Your goal
From the entries below, return only the lines starting at the one that contains "v 6.521 -7.528 -31.396" and ending at the one that contains "v -10.703 -6.326 -33.396", exactly as they stand.

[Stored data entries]
————

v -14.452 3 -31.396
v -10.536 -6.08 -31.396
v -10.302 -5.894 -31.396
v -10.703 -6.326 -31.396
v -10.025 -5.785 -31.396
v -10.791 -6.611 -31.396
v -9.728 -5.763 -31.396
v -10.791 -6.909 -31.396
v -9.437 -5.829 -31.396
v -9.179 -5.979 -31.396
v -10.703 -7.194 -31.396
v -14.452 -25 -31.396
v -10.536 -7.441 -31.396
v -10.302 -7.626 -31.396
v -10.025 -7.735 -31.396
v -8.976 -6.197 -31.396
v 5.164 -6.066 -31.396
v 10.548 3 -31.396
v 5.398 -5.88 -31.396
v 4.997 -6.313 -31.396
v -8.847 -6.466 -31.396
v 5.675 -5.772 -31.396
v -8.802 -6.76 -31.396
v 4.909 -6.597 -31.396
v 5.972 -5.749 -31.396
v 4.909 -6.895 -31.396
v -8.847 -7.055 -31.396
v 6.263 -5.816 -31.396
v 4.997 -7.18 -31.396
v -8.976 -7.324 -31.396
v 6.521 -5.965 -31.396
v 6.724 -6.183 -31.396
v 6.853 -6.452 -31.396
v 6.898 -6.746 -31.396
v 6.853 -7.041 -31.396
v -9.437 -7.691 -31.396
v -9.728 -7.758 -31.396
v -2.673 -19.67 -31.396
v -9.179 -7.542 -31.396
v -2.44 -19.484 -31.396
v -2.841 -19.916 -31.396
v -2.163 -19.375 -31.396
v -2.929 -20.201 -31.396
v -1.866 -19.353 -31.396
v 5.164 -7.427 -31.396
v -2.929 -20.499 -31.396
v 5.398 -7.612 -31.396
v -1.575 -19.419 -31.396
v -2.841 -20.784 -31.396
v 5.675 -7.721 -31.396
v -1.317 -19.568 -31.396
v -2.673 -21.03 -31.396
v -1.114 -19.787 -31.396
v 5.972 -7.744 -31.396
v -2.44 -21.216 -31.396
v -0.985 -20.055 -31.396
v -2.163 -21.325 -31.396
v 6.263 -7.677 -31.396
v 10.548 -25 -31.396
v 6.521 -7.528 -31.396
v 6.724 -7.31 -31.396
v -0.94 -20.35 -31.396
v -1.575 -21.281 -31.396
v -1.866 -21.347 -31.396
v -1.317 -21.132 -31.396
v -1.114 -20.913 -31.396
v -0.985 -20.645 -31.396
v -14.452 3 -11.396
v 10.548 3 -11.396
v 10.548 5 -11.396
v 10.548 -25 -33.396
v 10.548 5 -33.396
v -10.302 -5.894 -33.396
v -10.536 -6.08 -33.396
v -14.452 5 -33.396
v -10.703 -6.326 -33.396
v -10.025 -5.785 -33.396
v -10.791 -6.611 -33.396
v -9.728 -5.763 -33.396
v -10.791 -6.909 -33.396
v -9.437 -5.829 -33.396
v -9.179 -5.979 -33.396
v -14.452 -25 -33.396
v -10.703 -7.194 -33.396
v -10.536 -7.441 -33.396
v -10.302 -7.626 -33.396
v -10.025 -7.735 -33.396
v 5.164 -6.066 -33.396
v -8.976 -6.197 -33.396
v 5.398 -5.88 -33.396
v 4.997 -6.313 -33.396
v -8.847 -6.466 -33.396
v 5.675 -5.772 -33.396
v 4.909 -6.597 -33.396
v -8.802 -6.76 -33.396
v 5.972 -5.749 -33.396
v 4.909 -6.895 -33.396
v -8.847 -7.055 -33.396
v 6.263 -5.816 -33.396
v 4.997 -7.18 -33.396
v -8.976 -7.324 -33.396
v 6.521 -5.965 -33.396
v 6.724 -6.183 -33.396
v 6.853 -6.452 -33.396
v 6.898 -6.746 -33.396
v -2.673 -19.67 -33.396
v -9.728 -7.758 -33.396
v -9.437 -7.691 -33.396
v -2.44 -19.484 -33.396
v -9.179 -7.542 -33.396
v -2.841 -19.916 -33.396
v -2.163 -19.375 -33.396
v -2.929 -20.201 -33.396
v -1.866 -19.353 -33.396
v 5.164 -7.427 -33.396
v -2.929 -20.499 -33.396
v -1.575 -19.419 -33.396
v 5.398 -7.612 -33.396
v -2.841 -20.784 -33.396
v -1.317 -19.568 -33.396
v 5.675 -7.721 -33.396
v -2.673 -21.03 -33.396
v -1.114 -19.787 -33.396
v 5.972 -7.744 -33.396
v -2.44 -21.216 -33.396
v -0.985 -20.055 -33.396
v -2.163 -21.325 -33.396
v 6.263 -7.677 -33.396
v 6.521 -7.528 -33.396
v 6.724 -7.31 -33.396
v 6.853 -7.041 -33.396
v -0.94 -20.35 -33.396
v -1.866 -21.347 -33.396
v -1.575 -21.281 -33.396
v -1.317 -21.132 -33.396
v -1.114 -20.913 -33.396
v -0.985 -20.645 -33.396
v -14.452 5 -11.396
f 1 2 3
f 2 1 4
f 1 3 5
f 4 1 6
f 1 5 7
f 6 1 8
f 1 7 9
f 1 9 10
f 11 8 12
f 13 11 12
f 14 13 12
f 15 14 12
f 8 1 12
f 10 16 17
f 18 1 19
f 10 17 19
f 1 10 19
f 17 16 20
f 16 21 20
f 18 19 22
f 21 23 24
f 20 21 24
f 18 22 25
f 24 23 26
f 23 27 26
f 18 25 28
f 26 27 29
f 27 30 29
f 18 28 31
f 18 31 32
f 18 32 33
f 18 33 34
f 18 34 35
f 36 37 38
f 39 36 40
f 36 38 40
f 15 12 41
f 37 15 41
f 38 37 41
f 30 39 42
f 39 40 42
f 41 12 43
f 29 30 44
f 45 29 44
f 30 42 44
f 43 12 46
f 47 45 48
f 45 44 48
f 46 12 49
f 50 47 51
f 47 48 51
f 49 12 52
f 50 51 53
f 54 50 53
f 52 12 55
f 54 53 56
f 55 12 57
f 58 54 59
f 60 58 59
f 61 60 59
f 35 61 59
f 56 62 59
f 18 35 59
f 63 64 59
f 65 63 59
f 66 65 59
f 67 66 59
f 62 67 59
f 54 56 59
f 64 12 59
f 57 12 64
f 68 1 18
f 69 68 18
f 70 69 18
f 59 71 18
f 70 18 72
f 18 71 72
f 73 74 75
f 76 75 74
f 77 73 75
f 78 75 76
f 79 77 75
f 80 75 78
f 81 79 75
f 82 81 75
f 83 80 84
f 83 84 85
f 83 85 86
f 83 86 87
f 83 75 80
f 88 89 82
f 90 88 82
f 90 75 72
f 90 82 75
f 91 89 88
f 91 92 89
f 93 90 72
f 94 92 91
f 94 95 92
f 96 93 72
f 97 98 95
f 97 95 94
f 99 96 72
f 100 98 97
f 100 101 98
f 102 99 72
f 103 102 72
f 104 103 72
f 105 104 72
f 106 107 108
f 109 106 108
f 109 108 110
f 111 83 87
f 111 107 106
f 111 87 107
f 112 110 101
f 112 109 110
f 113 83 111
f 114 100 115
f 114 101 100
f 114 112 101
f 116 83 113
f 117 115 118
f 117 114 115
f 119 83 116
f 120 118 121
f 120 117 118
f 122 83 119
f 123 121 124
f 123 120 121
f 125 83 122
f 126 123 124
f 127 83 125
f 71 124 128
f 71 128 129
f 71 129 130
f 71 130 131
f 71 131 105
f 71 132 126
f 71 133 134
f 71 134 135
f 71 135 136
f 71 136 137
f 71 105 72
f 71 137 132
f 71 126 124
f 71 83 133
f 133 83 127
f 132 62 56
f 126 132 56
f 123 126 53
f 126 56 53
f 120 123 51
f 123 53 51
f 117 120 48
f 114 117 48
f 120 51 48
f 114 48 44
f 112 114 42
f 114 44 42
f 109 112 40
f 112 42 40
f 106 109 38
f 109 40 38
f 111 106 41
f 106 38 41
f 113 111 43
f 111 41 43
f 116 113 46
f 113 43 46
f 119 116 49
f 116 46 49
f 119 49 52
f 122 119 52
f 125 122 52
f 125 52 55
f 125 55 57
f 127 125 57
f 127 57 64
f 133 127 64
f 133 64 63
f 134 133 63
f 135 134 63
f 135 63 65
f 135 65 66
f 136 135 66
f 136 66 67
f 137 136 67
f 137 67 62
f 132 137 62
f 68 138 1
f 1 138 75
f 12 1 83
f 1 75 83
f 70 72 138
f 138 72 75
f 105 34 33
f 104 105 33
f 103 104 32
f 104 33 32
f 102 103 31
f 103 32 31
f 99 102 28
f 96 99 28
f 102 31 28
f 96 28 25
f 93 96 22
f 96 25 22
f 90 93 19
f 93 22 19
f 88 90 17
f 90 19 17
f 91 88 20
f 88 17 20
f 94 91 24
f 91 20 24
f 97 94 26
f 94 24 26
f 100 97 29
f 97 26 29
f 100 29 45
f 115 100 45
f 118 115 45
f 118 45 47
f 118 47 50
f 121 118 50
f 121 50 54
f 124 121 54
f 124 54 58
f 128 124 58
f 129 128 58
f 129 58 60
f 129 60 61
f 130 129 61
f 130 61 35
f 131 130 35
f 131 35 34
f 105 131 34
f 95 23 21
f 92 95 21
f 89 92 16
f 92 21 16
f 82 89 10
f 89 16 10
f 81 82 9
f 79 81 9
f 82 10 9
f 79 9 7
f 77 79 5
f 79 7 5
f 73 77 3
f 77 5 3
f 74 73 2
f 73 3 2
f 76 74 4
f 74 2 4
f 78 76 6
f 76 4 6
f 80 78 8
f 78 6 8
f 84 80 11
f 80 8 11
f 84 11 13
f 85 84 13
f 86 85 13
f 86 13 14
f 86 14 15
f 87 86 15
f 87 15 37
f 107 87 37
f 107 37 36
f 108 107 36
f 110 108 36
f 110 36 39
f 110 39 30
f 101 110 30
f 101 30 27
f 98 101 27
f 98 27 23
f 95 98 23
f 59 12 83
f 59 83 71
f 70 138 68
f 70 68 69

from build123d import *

# Parameters (mm, degrees)
F0_W     = 25
F0_H     = 2
F1_DEPTH = 25
F2_R     = 1
F3_DEPTH = 25
F4_DEPTH = 5
F6_DEPTH = 20


with BuildPart() as f1:
    # F0 (on Front) → F1 (new body)
    with BuildSketch(Plane.XZ):
        with Locations((-1.9524786621, -32.3955392072)):
            Rectangle(F0_W, F0_H)
    extrude(amount=F1_DEPTH)

    # F2 (on face) → F3 (cut)
    with BuildSketch(Plane.XY.offset(-31.3955392072)):
        with Locations((-1.9404253719, -20.35)):
            Circle(F2_R)
        with Locations((5.8975151656, -6.7464457538)):
            Circle(F2_R)
        with Locations((-9.8024786621, -6.760367258)):
            Circle(F2_R)
    extrude(amount=-F3_DEPTH, mode=Mode.SUBTRACT)

    # F4 (add): a face of the model
    f4_faces = [f1.faces().sort_by_distance(p)[0] for p in [
        (-1.9524786621, 0, -32.3955392072),
    ]]
    extrude(f4_faces, amount=F4_DEPTH)

    # F5 (on face) → F6 (join)
    with BuildSketch(Plane.XY.offset(-31.3955392072)):
        Polygon((-14.4524786621, 5), (-14.4524786621, 3), (10.433112914, 3), (10.5475213379, 3), (10.5475213379, 5), align=None)
    extrude(amount=F6_DEPTH)


solid = f1.part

————

Written response
v 6.521 -7.528 -31.396
v 6.724 -7.31 -31.396
v -0.94 -20.35 -31.396
v -1.575 -21.281 -31.396
v -1.866 -21.347 -31.396
v -1.317 -21.132 -31.396
v -1.114 -20.913 -31.396
v -0.985 -20.645 -31.396
v -14.452 3 -11.396
v 10.548 3 -11.396
v 10.548 5 -11.396
v 10.548 -25 -33.396
v 10.548 5 -33.396
v -10.302 -5.894 -33.396
v -10.536 -6.08 -33.396
v -14.452 5 -33.396
v -10.703 -6.326 -33.396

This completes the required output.